Jazz swore behind me.
“If Red makes you uncomfortable, I can try to get him to piss off,” Hobbs said, as Red Grass crooned on.
“Catfish, catfish, going up a stream. Catfish, catfish, where you been?”
“I can try,” Hobbs repeated, “but I can’t guarantee anything. I’ve known that guy for about a month, which is long enough to know he can be an annoying son of a bitch who tries to control things he shouldn’t and is harder to shake than a dug-in tick.”
“I grabbed that catfish by the snout, Lord I pulled that catfish out!”
“But he’s got a tent you’d like,” Hobbs said, “and you’ll never go hungry with him around. Red, he knows how to fish.”
“Olivia. Now,” said Jazz, closing in on me.
There had to be some truth in it somewhere—a kind of rule or law of physics. Two control-freak types together would keep each other occupied, would need to define the alpha and the beta of it, and so would have something to say to each other. Probably a lot of somethings. Which meant a lot less of those somethings directed toward me.
“I’m fine with Red Grass,” I said. “Really, I am.”
November 11, 1995
Dear Dad,
I thought you should know that you have another granddaughter! Olivia Francis Moon was born this past June, with a wisp of blond hair that turned black almost overnight and a look in her eye that said, “Hello, I’m trouble.” She does not sleep, and would prefer to wear h
er dinner than eat it. Despite all of that, I’ve fallen madly in love with her.
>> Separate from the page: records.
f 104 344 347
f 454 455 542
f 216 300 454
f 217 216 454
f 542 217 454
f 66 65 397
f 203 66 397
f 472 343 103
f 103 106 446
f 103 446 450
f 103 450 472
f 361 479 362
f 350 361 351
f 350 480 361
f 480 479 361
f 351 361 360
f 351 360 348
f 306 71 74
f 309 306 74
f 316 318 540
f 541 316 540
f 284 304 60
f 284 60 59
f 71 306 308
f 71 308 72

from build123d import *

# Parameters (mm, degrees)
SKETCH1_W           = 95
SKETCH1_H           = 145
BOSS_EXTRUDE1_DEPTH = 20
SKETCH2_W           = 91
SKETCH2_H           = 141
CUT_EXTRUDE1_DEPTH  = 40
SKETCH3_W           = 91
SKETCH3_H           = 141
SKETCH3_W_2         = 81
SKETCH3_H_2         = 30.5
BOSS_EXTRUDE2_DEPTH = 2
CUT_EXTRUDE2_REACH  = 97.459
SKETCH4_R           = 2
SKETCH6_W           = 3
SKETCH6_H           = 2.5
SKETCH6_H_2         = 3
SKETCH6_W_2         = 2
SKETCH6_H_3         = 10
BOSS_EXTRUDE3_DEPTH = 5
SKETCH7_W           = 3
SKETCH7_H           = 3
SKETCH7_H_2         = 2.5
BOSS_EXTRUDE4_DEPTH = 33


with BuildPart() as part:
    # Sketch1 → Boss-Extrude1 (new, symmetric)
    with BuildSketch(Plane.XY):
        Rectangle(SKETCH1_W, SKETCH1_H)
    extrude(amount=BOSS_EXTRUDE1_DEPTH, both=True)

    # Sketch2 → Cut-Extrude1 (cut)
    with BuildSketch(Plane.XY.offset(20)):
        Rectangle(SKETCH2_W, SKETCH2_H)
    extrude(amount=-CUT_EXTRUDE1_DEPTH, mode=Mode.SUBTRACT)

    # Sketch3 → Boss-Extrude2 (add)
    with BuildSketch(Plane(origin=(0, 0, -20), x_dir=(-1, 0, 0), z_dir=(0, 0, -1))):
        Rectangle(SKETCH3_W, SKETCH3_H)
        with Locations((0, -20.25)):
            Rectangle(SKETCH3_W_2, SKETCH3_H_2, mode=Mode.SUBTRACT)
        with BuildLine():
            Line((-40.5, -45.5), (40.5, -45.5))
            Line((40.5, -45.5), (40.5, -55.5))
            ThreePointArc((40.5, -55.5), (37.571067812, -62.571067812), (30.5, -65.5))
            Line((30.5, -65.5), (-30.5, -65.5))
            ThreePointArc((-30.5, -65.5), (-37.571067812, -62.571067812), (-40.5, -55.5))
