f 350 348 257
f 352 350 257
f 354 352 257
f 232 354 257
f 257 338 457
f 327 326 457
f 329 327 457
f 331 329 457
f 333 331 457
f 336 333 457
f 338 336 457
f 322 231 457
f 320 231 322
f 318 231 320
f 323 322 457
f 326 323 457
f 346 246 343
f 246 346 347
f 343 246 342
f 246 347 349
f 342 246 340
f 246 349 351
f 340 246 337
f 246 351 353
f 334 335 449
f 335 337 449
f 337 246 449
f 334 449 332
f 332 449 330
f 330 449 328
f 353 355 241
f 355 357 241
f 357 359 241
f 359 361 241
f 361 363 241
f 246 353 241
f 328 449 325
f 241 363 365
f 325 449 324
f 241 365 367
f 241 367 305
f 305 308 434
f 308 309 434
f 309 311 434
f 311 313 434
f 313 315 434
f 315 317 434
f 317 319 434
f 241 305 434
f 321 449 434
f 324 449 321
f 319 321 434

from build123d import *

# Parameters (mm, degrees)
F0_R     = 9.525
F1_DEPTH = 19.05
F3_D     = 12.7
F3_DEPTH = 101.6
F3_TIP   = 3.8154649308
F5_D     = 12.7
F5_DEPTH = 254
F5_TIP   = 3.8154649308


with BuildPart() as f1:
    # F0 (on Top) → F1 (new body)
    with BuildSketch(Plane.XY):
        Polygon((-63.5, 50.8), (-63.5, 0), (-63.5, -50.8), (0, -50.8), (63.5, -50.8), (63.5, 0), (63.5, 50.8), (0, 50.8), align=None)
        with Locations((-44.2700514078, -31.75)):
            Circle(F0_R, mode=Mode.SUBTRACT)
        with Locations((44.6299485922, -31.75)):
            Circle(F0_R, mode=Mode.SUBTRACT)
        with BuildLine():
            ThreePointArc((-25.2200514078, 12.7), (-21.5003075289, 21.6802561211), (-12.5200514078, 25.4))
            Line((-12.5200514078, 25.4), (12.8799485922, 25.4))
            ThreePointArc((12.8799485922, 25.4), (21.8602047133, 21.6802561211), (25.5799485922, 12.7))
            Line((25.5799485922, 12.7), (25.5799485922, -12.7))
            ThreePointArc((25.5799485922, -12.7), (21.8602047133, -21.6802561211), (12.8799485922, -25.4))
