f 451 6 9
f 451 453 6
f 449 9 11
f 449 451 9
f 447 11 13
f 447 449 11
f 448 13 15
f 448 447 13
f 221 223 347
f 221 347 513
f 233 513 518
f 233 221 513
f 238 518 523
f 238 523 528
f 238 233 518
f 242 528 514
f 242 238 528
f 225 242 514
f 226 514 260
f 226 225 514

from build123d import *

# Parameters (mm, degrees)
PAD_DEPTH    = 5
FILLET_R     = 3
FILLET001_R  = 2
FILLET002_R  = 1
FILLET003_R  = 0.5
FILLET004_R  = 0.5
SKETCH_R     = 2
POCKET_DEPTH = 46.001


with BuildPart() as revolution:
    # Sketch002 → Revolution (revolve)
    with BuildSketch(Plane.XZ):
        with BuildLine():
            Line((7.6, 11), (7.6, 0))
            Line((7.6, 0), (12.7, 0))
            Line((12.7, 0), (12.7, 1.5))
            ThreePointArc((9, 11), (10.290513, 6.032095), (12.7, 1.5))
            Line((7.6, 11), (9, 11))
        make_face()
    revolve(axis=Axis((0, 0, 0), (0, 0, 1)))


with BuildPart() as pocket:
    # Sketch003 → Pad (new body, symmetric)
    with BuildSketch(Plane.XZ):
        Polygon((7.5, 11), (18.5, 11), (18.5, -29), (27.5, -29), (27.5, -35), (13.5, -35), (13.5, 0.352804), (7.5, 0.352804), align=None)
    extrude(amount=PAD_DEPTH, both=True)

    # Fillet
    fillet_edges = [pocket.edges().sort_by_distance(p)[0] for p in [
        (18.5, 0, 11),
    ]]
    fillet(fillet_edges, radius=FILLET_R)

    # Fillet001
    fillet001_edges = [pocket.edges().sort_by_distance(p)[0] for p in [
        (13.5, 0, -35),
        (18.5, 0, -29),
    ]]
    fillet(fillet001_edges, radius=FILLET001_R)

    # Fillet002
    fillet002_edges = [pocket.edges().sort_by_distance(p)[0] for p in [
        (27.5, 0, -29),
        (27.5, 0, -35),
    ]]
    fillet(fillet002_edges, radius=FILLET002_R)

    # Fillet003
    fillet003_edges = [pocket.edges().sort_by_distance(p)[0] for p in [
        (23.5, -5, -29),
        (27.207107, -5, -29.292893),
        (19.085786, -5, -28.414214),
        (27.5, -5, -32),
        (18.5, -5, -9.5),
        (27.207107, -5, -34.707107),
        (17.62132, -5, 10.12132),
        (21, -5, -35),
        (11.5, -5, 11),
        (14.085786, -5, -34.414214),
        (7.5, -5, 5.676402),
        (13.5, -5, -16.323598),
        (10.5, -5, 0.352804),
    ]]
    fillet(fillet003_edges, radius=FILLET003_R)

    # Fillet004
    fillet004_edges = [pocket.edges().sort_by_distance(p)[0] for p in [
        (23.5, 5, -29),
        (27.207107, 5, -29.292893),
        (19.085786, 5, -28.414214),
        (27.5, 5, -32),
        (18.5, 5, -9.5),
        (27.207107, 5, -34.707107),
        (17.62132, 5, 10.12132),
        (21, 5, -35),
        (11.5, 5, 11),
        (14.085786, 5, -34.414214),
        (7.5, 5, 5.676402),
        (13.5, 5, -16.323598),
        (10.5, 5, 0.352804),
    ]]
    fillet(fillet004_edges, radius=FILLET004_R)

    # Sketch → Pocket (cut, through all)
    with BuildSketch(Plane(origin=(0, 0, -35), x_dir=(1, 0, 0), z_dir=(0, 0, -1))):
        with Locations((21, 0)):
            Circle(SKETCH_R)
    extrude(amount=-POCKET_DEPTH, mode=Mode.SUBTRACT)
Jazz is four now, and I can trust her to behave for short spans of time when I put Olivia down for a nap so that I can catch up on sleep or do some things for myself. This miracle can only be achieved because she’s a good listener and as serious as a soldier when I ask her for help. My mother-in-law, Drahomíra, says I’m lucky because most four-year-olds are the opposite of accommodating. (Was I difficult at that age? Do you remember?)
One day you’ll meet them and see that I’ve made two healthy grandchildren for you, and become the daughter you always wanted me to be. I’m calmer now, Dad, and saner and more responsible. I know that was always your greatest worry—that my impulsivity would be my undoing, that I’d self-destruct like Mom. But you’d be wrong to worry. I’ll bet you’re calmer, too, and that soon you’ll be ready to put this behind us. Then you’ll see that Branik, despite a great lack of money, is a very good man.
Olivia’s crying, so I’ll close now.
Thinking of you,
Beth
CHAPTER NINE
A Fascination with Death
JAZZ
Babka replaced the biscuit bus with a modern van late last year. She had a friend who refurbished totaled vehicles, and that guy—Smitty—came into the store one day and told her he had a beaut he’d sell her “for cheap,” because her creaky old bus was living on borrowed time. Smitty was a retired body-shop worker, so he knew a thing or two about fixing cars. The van had air-conditioning, he said, and fabric seats and a CD player and cassette slot both, so it didn’t matter that the radio wouldn’t work well. Smitty got his biscuits free after that, because of course she took him up on his offer.
Dad brought Olivia and me along on deliveries in that van for two solid weeks after our mother died. Maybe he was afraid for us, even though we could’ve stayed with Babka. Maybe he was afraid for himself. Maybe it was Babka’s idea that we all stick together. I don’t know, and can’t recall if I ever did.